─── RECORDS SUPPLIED ───

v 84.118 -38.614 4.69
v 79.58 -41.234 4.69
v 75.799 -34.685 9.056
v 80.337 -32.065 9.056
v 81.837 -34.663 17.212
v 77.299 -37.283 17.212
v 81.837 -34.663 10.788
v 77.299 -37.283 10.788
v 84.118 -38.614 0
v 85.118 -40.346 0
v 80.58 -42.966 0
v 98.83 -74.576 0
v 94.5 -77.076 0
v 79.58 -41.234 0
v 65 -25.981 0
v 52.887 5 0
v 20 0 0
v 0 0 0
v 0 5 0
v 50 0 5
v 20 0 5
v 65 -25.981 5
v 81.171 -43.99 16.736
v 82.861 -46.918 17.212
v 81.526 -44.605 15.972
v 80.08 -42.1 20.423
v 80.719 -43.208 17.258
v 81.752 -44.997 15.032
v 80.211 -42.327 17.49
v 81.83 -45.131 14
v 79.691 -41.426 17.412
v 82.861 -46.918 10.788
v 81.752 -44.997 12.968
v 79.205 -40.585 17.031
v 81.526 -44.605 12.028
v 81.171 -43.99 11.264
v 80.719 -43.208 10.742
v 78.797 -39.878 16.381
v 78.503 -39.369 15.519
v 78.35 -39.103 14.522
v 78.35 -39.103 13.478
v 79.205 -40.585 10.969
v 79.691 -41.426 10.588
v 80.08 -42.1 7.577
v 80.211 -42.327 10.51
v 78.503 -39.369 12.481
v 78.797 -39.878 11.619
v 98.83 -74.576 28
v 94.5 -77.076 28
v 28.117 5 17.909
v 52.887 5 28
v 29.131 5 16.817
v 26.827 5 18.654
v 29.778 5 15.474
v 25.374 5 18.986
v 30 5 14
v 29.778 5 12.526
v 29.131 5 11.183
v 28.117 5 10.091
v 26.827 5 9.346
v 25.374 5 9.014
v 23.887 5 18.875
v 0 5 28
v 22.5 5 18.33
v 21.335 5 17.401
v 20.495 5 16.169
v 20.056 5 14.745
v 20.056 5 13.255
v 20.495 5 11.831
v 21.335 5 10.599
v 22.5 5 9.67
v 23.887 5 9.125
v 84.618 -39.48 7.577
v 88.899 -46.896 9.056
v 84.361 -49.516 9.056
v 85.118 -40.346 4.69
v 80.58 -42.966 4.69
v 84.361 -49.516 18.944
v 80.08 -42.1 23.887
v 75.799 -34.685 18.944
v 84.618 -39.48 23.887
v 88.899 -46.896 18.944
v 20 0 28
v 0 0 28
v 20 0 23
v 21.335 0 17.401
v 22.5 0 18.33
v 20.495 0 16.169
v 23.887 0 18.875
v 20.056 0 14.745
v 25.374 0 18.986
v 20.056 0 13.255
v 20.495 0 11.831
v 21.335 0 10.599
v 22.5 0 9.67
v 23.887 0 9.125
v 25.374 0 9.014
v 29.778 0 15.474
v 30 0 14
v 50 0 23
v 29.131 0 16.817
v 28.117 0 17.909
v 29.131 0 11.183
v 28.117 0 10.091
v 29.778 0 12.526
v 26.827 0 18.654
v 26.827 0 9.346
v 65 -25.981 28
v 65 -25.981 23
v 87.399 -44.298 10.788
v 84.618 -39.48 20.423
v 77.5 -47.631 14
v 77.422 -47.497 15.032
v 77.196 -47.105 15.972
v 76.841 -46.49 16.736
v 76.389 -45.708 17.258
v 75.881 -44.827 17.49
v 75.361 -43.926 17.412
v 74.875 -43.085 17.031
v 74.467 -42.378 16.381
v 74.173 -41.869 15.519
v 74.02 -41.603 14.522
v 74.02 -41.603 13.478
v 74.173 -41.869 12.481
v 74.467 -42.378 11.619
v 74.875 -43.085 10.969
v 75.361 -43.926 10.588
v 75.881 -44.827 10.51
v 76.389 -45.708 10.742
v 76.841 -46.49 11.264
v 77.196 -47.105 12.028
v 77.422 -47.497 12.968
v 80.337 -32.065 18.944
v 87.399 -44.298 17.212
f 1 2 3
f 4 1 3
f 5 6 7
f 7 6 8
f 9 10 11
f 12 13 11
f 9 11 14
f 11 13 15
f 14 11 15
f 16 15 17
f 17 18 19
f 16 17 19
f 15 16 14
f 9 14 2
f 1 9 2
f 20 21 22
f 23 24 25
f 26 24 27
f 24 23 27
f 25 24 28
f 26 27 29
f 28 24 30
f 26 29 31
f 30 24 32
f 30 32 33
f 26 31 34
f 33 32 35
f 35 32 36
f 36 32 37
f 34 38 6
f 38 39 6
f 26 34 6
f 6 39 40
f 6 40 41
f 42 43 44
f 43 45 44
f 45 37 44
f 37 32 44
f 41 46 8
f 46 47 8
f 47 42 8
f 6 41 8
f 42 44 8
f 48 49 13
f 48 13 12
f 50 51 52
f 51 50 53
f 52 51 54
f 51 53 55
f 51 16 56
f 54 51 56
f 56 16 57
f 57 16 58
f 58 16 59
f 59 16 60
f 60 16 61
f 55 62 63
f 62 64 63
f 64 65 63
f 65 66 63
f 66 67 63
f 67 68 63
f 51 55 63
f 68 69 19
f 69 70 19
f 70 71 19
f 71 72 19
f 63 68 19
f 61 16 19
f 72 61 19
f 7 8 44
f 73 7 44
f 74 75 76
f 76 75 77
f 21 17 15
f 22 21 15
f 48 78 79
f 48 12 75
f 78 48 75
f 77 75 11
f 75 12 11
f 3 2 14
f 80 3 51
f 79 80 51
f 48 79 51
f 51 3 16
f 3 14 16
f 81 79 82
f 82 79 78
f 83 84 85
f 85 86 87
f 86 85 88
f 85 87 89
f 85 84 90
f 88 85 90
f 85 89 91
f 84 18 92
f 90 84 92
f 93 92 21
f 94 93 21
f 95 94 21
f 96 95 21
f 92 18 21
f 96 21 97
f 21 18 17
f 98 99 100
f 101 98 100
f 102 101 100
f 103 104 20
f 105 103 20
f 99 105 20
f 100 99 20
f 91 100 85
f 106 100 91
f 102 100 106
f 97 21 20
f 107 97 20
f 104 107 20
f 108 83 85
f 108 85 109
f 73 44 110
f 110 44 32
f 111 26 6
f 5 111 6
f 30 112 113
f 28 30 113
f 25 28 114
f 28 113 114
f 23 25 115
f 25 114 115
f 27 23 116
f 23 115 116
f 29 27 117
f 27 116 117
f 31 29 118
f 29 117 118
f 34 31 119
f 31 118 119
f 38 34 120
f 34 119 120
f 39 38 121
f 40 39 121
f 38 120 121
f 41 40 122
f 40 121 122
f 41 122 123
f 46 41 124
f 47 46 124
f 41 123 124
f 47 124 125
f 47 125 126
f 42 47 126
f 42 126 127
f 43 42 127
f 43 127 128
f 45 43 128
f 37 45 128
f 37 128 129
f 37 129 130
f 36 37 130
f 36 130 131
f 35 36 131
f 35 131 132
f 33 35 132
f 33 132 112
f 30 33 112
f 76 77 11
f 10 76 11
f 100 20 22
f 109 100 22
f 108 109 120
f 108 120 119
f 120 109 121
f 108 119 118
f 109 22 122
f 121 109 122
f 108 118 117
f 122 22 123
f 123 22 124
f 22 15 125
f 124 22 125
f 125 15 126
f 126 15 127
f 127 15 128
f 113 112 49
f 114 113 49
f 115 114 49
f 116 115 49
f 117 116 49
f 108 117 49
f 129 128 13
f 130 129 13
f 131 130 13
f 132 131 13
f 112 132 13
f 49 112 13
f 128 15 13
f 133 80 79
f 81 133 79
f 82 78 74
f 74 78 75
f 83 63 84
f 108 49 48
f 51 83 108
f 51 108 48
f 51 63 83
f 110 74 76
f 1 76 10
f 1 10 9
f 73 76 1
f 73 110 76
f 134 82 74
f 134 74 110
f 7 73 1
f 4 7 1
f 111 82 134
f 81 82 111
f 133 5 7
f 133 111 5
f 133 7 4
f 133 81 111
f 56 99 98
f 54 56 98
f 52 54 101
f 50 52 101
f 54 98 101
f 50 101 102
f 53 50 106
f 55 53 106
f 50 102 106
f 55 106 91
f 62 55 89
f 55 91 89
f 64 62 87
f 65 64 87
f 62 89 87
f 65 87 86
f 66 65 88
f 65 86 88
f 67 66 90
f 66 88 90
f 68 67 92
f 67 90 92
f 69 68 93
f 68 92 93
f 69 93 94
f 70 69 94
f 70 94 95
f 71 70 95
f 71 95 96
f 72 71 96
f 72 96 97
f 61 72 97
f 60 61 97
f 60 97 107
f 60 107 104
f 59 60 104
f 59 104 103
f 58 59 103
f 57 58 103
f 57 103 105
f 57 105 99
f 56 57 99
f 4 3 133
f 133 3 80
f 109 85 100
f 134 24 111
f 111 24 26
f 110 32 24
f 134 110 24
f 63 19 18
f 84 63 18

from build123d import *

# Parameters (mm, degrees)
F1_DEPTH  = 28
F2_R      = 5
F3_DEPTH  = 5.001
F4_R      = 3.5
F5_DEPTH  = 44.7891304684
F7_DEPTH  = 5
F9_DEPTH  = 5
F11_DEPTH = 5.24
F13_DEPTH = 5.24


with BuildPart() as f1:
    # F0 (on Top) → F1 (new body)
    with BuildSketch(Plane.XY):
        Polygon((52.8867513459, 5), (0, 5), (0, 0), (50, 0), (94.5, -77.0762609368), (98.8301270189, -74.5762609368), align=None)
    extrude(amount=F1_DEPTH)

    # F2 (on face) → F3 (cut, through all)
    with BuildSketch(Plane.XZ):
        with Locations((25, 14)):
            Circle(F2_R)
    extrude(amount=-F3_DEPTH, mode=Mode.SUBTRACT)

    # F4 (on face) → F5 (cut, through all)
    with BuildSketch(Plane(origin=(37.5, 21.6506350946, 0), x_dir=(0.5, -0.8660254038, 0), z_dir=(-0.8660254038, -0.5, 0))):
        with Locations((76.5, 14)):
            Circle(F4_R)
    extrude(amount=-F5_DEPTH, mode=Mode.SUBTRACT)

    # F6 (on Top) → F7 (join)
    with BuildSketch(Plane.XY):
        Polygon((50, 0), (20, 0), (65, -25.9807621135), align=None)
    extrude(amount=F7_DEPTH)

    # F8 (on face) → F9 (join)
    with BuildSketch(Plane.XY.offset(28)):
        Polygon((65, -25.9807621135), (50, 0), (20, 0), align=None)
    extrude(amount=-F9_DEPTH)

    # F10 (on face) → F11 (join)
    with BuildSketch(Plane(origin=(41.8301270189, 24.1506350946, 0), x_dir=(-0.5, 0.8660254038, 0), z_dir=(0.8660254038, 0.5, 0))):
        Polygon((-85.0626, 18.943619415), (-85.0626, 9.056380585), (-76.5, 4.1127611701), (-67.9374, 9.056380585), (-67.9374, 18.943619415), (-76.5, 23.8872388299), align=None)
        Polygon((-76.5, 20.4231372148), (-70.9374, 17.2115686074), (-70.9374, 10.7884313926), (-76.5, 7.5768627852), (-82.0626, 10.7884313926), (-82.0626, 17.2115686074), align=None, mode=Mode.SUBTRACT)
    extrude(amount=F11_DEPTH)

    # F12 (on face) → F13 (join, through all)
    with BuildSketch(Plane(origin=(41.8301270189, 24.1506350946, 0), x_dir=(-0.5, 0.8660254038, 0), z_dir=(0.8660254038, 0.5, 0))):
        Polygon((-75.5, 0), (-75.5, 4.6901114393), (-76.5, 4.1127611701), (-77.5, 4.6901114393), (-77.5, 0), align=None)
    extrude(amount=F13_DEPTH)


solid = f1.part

───

Up to and including the line with "v 80.719 -43.208 17.258", repeat the entries exactly, beginning at their first line.

v 84.118 -38.614 4.69
v 79.58 -41.234 4.69
v 75.799 -34.685 9.056
v 80.337 -32.065 9.056
v 81.837 -34.663 17.212
v 77.299 -37.283 17.212
v 81.837 -34.663 10.788
v 77.299 -37.283 10.788
v 84.118 -38.614 0
v 85.118 -40.346 0
v 80.58 -42.966 0
v 98.83 -74.576 0
v 94.5 -77.076 0
v 79.58 -41.234 0
v 65 -25.981 0
v 52.887 5 0
v 20 0 0
v 0 0 0
v 0 5 0
v 50 0 5
v 20 0 5
v 65 -25.981 5
v 81.171 -43.99 16.736
v 82.861 -46.918 17.212
v 81.526 -44.605 15.972
v 80.08 -42.1 20.423
v 80.719 -43.208 17.258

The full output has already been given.